Conjugacy class size formula in symmetric group

Statement

Suppose ${\displaystyle n}$ is a natural number and ${\displaystyle \lambda }$ is an unordered integer partition of ${\displaystyle n}$ such that ${\displaystyle \lambda }$ has ${\displaystyle a_j}$ parts of size ${\displaystyle j}$ for each ${\displaystyle j}$. In other words, there are ${\displaystyle a_1}$ ${\displaystyle 1}$s, ${\displaystyle a_2}$ ${\displaystyle 2}$s, ${\displaystyle a_3}$ ${\displaystyle 3}$s, and so on.
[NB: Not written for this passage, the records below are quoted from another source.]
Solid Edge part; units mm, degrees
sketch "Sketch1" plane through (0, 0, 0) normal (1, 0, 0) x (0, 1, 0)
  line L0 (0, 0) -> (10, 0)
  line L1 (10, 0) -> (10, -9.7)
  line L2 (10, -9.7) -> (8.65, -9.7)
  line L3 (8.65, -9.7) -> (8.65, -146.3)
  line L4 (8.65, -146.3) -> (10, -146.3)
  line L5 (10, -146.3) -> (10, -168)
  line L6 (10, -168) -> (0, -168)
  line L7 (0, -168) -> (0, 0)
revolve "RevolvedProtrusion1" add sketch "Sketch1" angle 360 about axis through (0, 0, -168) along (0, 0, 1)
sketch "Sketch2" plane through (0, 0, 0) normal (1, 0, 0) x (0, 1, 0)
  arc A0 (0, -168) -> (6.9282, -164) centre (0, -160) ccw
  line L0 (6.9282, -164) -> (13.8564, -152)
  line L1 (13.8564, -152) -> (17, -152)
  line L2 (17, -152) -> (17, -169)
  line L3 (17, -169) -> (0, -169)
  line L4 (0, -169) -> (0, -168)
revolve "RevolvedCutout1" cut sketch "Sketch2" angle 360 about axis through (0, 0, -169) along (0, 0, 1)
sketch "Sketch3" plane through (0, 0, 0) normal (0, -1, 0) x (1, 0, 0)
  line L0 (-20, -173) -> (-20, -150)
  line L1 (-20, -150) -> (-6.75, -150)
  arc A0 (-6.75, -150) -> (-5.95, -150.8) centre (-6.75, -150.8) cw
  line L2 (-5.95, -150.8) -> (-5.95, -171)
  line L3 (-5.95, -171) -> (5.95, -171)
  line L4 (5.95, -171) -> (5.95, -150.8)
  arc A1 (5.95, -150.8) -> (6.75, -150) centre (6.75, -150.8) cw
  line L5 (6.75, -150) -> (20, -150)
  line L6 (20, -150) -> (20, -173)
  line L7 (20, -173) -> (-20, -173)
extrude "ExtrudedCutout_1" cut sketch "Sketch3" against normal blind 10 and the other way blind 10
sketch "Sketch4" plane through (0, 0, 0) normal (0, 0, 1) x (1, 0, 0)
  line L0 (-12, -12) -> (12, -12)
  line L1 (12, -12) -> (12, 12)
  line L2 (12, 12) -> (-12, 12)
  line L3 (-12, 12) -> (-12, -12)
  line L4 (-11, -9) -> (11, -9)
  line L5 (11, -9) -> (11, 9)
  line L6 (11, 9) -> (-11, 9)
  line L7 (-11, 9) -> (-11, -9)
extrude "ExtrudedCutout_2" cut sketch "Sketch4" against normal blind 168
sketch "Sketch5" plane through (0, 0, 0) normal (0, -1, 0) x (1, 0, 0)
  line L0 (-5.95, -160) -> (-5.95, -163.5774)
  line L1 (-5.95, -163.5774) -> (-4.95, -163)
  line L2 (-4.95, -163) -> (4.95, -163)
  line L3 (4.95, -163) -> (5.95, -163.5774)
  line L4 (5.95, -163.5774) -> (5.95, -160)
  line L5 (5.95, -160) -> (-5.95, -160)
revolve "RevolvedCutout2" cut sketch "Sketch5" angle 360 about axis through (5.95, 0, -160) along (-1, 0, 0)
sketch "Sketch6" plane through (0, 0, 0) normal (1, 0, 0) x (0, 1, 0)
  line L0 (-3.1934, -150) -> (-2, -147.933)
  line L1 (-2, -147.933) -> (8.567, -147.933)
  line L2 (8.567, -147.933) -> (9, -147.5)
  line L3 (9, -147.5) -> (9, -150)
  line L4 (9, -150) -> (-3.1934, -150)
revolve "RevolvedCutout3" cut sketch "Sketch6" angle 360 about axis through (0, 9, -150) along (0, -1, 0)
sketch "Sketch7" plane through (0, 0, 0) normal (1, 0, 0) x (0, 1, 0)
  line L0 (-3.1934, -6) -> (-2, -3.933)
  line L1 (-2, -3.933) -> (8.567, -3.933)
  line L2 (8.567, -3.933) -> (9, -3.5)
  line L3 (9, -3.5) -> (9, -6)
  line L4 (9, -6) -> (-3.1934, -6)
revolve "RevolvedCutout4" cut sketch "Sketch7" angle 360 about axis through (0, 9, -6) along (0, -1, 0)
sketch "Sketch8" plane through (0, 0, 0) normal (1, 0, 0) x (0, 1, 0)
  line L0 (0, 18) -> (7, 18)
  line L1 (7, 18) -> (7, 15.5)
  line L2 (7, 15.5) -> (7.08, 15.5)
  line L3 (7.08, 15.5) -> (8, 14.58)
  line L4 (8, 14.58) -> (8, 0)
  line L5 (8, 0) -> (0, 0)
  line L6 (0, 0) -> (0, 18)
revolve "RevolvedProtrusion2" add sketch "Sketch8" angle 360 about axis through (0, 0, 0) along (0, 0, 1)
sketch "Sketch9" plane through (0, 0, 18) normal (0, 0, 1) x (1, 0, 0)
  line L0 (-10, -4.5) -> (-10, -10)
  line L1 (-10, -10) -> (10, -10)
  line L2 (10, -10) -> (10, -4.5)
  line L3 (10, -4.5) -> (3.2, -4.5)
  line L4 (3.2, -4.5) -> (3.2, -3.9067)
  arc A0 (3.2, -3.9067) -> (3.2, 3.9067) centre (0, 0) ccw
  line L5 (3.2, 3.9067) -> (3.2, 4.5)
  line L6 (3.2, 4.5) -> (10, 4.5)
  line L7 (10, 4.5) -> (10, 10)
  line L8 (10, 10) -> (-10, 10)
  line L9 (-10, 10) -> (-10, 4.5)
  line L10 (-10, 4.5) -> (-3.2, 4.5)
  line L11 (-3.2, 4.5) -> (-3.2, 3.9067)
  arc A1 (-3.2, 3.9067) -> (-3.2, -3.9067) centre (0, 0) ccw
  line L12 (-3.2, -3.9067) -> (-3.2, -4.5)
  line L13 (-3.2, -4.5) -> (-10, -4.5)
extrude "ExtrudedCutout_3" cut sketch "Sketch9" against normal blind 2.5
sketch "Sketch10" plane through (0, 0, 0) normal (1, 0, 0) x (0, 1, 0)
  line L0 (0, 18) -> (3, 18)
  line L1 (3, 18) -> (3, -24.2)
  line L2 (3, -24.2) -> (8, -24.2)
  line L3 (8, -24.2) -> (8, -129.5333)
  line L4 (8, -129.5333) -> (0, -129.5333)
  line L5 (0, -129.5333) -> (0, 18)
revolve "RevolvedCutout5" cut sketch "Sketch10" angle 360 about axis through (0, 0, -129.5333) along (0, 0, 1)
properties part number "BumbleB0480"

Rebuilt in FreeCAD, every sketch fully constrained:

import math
import FreeCAD as App
import Part
import Sketcher
Q = App.Units.Quantity

doc = App.newDocument("Part")
body = doc.addObject("PartDesign::Body", "Body")

sketch1 = body.newObject("Sketcher::SketchObject", "Sketch")
sketch1.AttachmentSupport = (doc.getObject("YZ_Plane"), [""])
sketch1.MapMode = "FlatFace"
sketch1.addGeometry([
    Part.LineSegment(App.Vector(10, 0, 0), App.Vector(0, 0, 0)),
    Part.LineSegment(App.Vector(0, 0, 0), App.Vector(0, -168, 0)),
    Part.LineSegment(App.Vector(0, -168, 0), App.Vector(10, -168, 0)),
    Part.LineSegment(App.Vector(10, -168, 0), App.Vector(10, -146.3, 0)),
    Part.LineSegment(App.Vector(10, -146.3, 0), App.Vector(8.7, -146.3, 0)),
    Part.LineSegment(App.Vector(8.7, -146.3, 0), App.Vector(8.7, -9.7, 0)),
    Part.LineSegment(App.Vector(8.7, -9.7, 0), App.Vector(10, -9.7, 0)),
    Part.LineSegment(App.Vector(10, -9.7, 0), App.Vector(10, 0, 0)),
], False)
sketch1.addConstraint([
    Sketcher.Constraint("Coincident", 0, 2, 1, 1),
    Sketcher.Constraint("Coincident", 1, 2, 2, 1),
    Sketcher.Constraint("Coincident", 2, 2, 3, 1),
    Sketcher.Constraint("Coincident", 3, 2, 4, 1),
    Sketcher.Constraint("Coincident", 4, 2, 5, 1),
    Sketcher.Constraint("Coincident", 5, 2, 6, 1),
    Sketcher.Constraint("Coincident", 6, 2, 7, 1),
    Sketcher.Constraint("Coincident", 7, 2, 0, 1),
    Sketcher.Constraint("Horizontal", 0),
    Sketcher.Constraint("Vertical", 1),
    Sketcher.Constraint("Horizontal", 2),
    Sketcher.Constraint("Vertical", 3),
    Sketcher.Constraint("Horizontal", 4),
    Sketcher.Constraint("Vertical", 5),
    Sketcher.Constraint("Horizontal", 6),
    Sketcher.Constraint("Vertical", 7),
    Sketcher.Constraint("Coincident", 0, 2, -1, 1),
    Sketcher.Constraint("Vertical", 3, 2, 6, 2),
    Sketcher.Constraint("DistanceX", 0, 2, 0, 1, 10.0),
    Sketcher.Constraint("DistanceY", 1, 2, 1, 1, 168.0),
    Sketcher.Constraint("DistanceY", 3, 1, 3, 2, 21.7),
    Sketcher.Constraint("DistanceY", 5, 1, 5, 2, 136.6),
    Sketcher.Constraint("DistanceX", 4, 2, 4, 1, 1.35),
])
revolution = body.newObject("PartDesign::Revolution", "Revolution")
revolution.Profile = sketch1
revolution.ReferenceAxis = (sketch1, ["V_Axis"])
revolution.Angle = 360

sketch2 = body.newObject("Sketcher::SketchObject", "Sketch001")
sketch2.AttachmentSupport = (doc.getObject("YZ_Plane"), [""])
sketch2.MapMode = "FlatFace"
sketch2.addGeometry([
    Part.ArcOfCircle(Part.Circle(App.Vector(0, -160, 0), App.Vector(0, 0, 1), 8), math.radians(-90), math.radians(-30)),
    Part.LineSegment(App.Vector(0, -168, 0), App.Vector(0, -169, 0)),
    Part.LineSegment(App.Vector(0, -169, 0), App.Vector(17, -169, 0)),
    Part.LineSegment(App.Vector(17, -169, 0), App.Vector(17, -152, 0)),
    Part.LineSegment(App.Vector(17, -152, 0), App.Vector(13.9, -152, 0)),
    Part.LineSegment(App.Vector(13.9, -152, 0), App.Vector(6.9, -164, 0)),
], False)
sketch2.addConstraint([
    Sketcher.Constraint("Coincident", 0, 1, 1, 1),
    Sketcher.Constraint("Coincident", 1, 2, 2, 1),
    Sketcher.Constraint("Coincident", 2, 2, 3, 1),
    Sketcher.Constraint("Coincident", 3, 2, 4, 1),
    Sketcher.Constraint("Coincident", 4, 2, 5, 1),
    Sketcher.Constraint("Tangent", 5, 2, 0, 2),
    Sketcher.Constraint("Vertical", 1),
    Sketcher.Constraint("Horizontal", 2),
    Sketcher.Constraint("Vertical", 3),
    Sketcher.Constraint("Horizontal", 4),
    Sketcher.Constraint("PointOnObject", 0, 3, -2),
    Sketcher.Constraint("PointOnObject", 0, 1, -2),
    Sketcher.Constraint("Equal", 2, 3),
    Sketcher.Constraint("Radius", 0, 8.0),
    Sketcher.Constraint("DistanceX", 2, 1, 2, 2, 17.0),
    Sketcher.Constraint("DistanceY", 1, 2, 1, 1, 1.0),
    Sketcher.Constraint("Angle", 5, Q("-120 deg")),
    Sketcher.Constraint("DistanceY", 0, 3, -1, 1, 160.0),
])
groove = body.newObject("PartDesign::Groove", "Groove")
groove.Profile = sketch2
groove.ReferenceAxis = (sketch2, ["V_Axis"])
groove.Angle = 360

sketch3 = body.newObject("Sketcher::SketchObject", "Sketch002")
sketch3.AttachmentSupport = (doc.getObject("XZ_Plane"), [""])
sketch3.MapMode = "FlatFace"
sketch3.addGeometry([
    Part.LineSegment(App.Vector(-20, -150, 0), App.Vector(-20, -173, 0)),
    Part.LineSegment(App.Vector(-20, -173, 0), App.Vector(20, -173, 0)),
    Part.LineSegment(App.Vector(20, -173, 0), App.Vector(20, -150, 0)),
    Part.LineSegment(App.Vector(20, -150, 0), App.Vector(6.8, -150, 0)),
    Part.ArcOfCircle(Part.Circle(App.Vector(6.8, -150.8, 0), App.Vector(0, 0, 1), 0.8), math.radians(90), math.radians(180)),
    Part.LineSegment(App.Vector(6, -150.8, 0), App.Vector(6, -171, 0)),
    Part.LineSegment(App.Vector(6, -171, 0), App.Vector(-6, -171, 0)),
    Part.LineSegment(App.Vector(-6, -171, 0), App.Vector(-6, -150.8, 0)),
    Part.ArcOfCircle(Part.Circle(App.Vector(-6.8, -150.8, 0), App.Vector(0, 0, 1), 0.8), math.radians(0), math.radians(90)),
    Part.LineSegment(App.Vector(-6.8, -150, 0), App.Vector(-20, -150, 0)),
], False)
sketch3.addConstraint([
    Sketcher.Constraint("Coincident", 0, 2, 1, 1),
    Sketcher.Constraint("Coincident", 1, 2, 2, 1),
    Sketcher.Constraint("Coincident", 2, 2, 3, 1),
    Sketcher.Constraint("Tangent", 3, 2, 4, 1),
    Sketcher.Constraint("Tangent", 4, 2, 5, 1),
Let ${\displaystyle c}$ be the conjugacy class in the symmetric group of degree ${\displaystyle n}$ comprising the elements whose Cycle type (?) is ${\displaystyle \lambda }$, i.e., those elements whose Cycle decomposition (?) has ${\displaystyle a_j}$ cycles of length ${\displaystyle j}$ for each ${\displaystyle j}$. Then:

${\displaystyle \left|c\right|=\frac{n!}{{\prod }_j(j{)}^{a_j}(a_j!)}}$

Note that those ${\displaystyle j}$ where ${\displaystyle a_j=0}$ contribute a ${\displaystyle 1}$ in the denominator and can be ignored from the product, while for those ${\displaystyle j}$ where ${\displaystyle a_j=1}$, the ,math>a_j!</math> term can be omitted.

Equivalently, if ${\displaystyle C}$ is the centralizer of any element of ${\displaystyle c}$, then:

${\displaystyle \left|C\right|={\prod }_j(j{)}^{a_j}(a_j!)}$

These are equivalent because size of conjugacy class equals index of centralizer, which follows from the identification of the conjugacy class with the left coset space of the centralizer via the action of the group on itself as automorphisms by conjugation.